The demonstration lasted from March 16 to March 22, 1990, coinciding with the inauguration of Lee Teng-hui on March 21 to a six-year term as president. The election Lee won was one in which only the 671 members of the National Assembly voted, only one party was recognized, and one candidate ran. This process had been characteristic of one-party rule under the Kuomintang and Chiang Kai-shek.
Protesters wore white Formosan lilies and created giant replicas of the flower as a symbol of democracy. Their adoption of the flower as an icon of freedom evoked a long native tradition. Yang Yung-ming, a professor of political science at the National Taiwan University, described it to the Taiwan Review in 2003:
"For years, Taiwanese poets have employed this flower as a symbol of grace and resilience. The aboriginal poet Lin Yi-te, for example, often used it to symbolize the Taiwanese indigenous peoples' primitive purity of spirit, and used the flower's decline to dramatize the desolation and tragedy of their decline. It was Taiwanese literature's use of this wild lily as a metaphor of simplicity and fortitude that inspired its use by those in the student democracy movement."

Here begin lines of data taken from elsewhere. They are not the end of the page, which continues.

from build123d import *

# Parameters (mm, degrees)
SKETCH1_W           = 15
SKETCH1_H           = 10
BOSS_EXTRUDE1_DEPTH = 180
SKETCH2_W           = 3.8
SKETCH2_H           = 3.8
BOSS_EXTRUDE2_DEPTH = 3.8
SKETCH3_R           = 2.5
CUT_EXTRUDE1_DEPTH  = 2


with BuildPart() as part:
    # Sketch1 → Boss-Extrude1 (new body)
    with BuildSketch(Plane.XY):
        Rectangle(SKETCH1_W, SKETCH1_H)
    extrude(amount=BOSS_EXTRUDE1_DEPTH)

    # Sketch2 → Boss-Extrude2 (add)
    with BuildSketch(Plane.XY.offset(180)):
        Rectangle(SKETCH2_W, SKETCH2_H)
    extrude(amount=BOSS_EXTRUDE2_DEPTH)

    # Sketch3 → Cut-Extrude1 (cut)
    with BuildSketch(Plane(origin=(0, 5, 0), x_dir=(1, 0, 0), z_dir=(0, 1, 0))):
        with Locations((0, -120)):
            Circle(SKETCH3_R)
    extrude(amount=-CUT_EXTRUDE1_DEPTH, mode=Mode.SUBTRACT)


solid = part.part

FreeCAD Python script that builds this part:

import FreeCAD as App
import Part
import Sketcher
from FreeCAD import Vector

doc = App.newDocument("Part")
params = doc.addObject("Spreadsheet::Sheet", "Params")
for row, (alias, value) in enumerate([
    ("sketch1_width", "15 mm"),
    ("sketch1_height", "10 mm"),
    ("pad1_length", "180 mm"),
    ("sketch2_width", "3.8 mm"),
    ("pad2_length", "3.8 mm"),
    ("sketch3_diameter", "5 mm"),
    ("pocket1_length", "2 mm"),
], start=1):
    params.set(f"A{row}", alias)
    params.set(f"B{row}", "=" + value)
    params.setAlias(f"B{row}", alias)

body = doc.addObject("PartDesign::Body", "Body")

# Sketch on XY plane
sketch1 = body.newObject("Sketcher::SketchObject", "Sketch")
sketch1.AttachmentSupport = (doc.getObject("XY_Plane"), [""])
sketch1.MapMode = "FlatFace"
sketch1.addGeometry([
    Part.LineSegment(Vector(-7.5, 5, 0), Vector(-7.5, -5, 0)),
    Part.LineSegment(Vector(-7.5, -5, 0), Vector(7.5, -5, 0)),
    Part.LineSegment(Vector(7.5, -5, 0), Vector(7.5, 5, 0)),
    Part.LineSegment(Vector(7.5, 5, 0), Vector(-7.5, 5, 0)),
], False)
sketch1.addConstraint([
    Sketcher.Constraint("Coincident", 0, 2, 1, 1),
    Sketcher.Constraint("Coincident", 1, 2, 2, 1),
    Sketcher.Constraint("Coincident", 2, 2, 3, 1),
    Sketcher.Constraint("Coincident", 3, 2, 0, 1),
    Sketcher.Constraint("Vertical", 0),
    Sketcher.Constraint("Horizontal", 1),
    Sketcher.Constraint("Vertical", 2),
    Sketcher.Constraint("Horizontal", 3),
    Sketcher.Constraint("Symmetric", 0, 2, 2, 2, -1, 1),
    Sketcher.Constraint("DistanceX", 1, 1, 1, 2, 15.0),
    Sketcher.Constraint("DistanceY", 0, 2, 0, 1, 10.0),
])
sketch1.setExpression("Constraints[9]", "Params.sketch1_width")
sketch1.setExpression("Constraints[10]", "Params.sketch1_height")
pad1 = body.newObject("PartDesign::Pad", "Pad")
pad1.Profile = sketch1
pad1.setExpression("Length", "Params.pad1_length")

# Sketch on XY plane
sketch2 = body.newObject("Sketcher::SketchObject", "Sketch001")
sketch2.AttachmentSupport = (doc.getObject("XY_Plane"), [""])
sketch2.MapMode = "FlatFace"
sketch2.AttachmentOffset = App.Placement(Vector(0, 0, 180), App.Rotation())
sketch2.addGeometry([
    Part.LineSegment(Vector(-1.9, 1.9, 0), Vector(-1.9, -1.9, 0)),
    Part.LineSegment(Vector(-1.9, -1.9, 0), Vector(1.9, -1.9, 0)),
    Part.LineSegment(Vector(1.9, -1.9, 0), Vector(1.9, 1.9, 0)),
    Part.LineSegment(Vector(1.9, 1.9, 0), Vector(-1.9, 1.9, 0)),
], False)
sketch2.addConstraint([
    Sketcher.Constraint("Coincident", 0, 2, 1, 1),
    Sketcher.Constraint("Coincident", 1, 2, 2, 1),
    Sketcher.Constraint("Coincident", 2, 2, 3, 1),
    Sketcher.Constraint("Coincident", 3, 2, 0, 1),
    Sketcher.Constraint("Vertical", 0),
    Sketcher.Constraint("Horizontal", 1),
    Sketcher.Constraint("Vertical", 2),
    Sketcher.Constraint("Horizontal", 3),
    Sketcher.Constraint("Symmetric", 0, 2, 2, 2, -1, 1),
    Sketcher.Constraint("Equal", 3, 0),
    Sketcher.Constraint("DistanceX", 1, 1, 1, 2, 3.8),
])
sketch2.setExpression("Constraints[10]", "Params.sketch2_width")
pad2 = body.newObject("PartDesign::Pad", "Pad001")
pad2.Profile = sketch2
pad2.setExpression("Length", "Params.pad2_length")

# Sketch on XZ plane
sketch3 = body.newObject("Sketcher::SketchObject", "Sketch002")
sketch3.AttachmentSupport = (doc.getObject("XZ_Plane"), [""])
sketch3.MapMode = "FlatFace"
sketch3.AttachmentOffset = App.Placement(Vector(0, 0, -5), App.Rotation())
sketch3.addGeometry(Part.Circle(Vector(0, 120, 0), Vector(0, 0, 1), 2.5), False)
sketch3.addConstraint([
    Sketcher.Constraint("PointOnObject", 0, 3, -2),
    Sketcher.Constraint("Diameter", 0, 5.0),
    Sketcher.Constraint("DistanceY", -1, 1, 0, 3, 120.0),
])
sketch3.setExpression("Constraints[1]", "Params.sketch3_diameter")
pocket1 = body.newObject("PartDesign::Pocket", "Pocket")
pocket1.Profile = sketch3
pocket1.setExpression("Length", "Params.pocket1_length")
pocket1.Reversed = True

doc.recompute()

On the first day of his new term, Lee Teng-hui welcomed fifty students to the Presidential Building. He expressed his support of the students' goals and promised full democracy in Taiwan beginning with reforms to be initiated that summer.
The Wild Lily student movement marked a crucial turning point in Taiwan's transition to pluralistic democracy. Six years later Lee became Taiwan's first popularly elected leader, taking 54% of the vote in an election in which over 95% of eligible voters participated. Democracy supporters continue to gather at Liberty Square every March 21 to commemorate the event. Officials affiliated with the Taiwan Solidarity Union have advocated the movement of Taiwan's Youth Day to March 21 in recognition of the students' achievement.
On the eve of the fifteenth anniversary of the ill-fated student democracy protests in China's Tiananmen Square, Lee's successor Chen Shui-bian noted that the Wild Lily student movement had taken place only a year after the events in Beijing. He noted the contrast in the way the governments responded. "The most memorable impression of the Tiananmen incident of June 4th is that of that small, thin person holding up a line of tanks, which was a heroic and disturbing impression," he said. "The March Study Movement, in pressing for the establishment of a national affairs conference, changing the way the Legislative Yuan and the National Assembly are elected and a consensus on realizing the direct election of the president, also set a timetable for reform."
Today Taiwan's national leaders are popularly elected and multiple political parties are legal. The National Assembly voted to dissolve itself in 2005.
- Linda Chao & Ramon H. Myers, 1998. The First Chinese Democracy: Political Life in the Republic of China on Taiwan. Baltimore: The Johns Hopkins University Press, p. 192.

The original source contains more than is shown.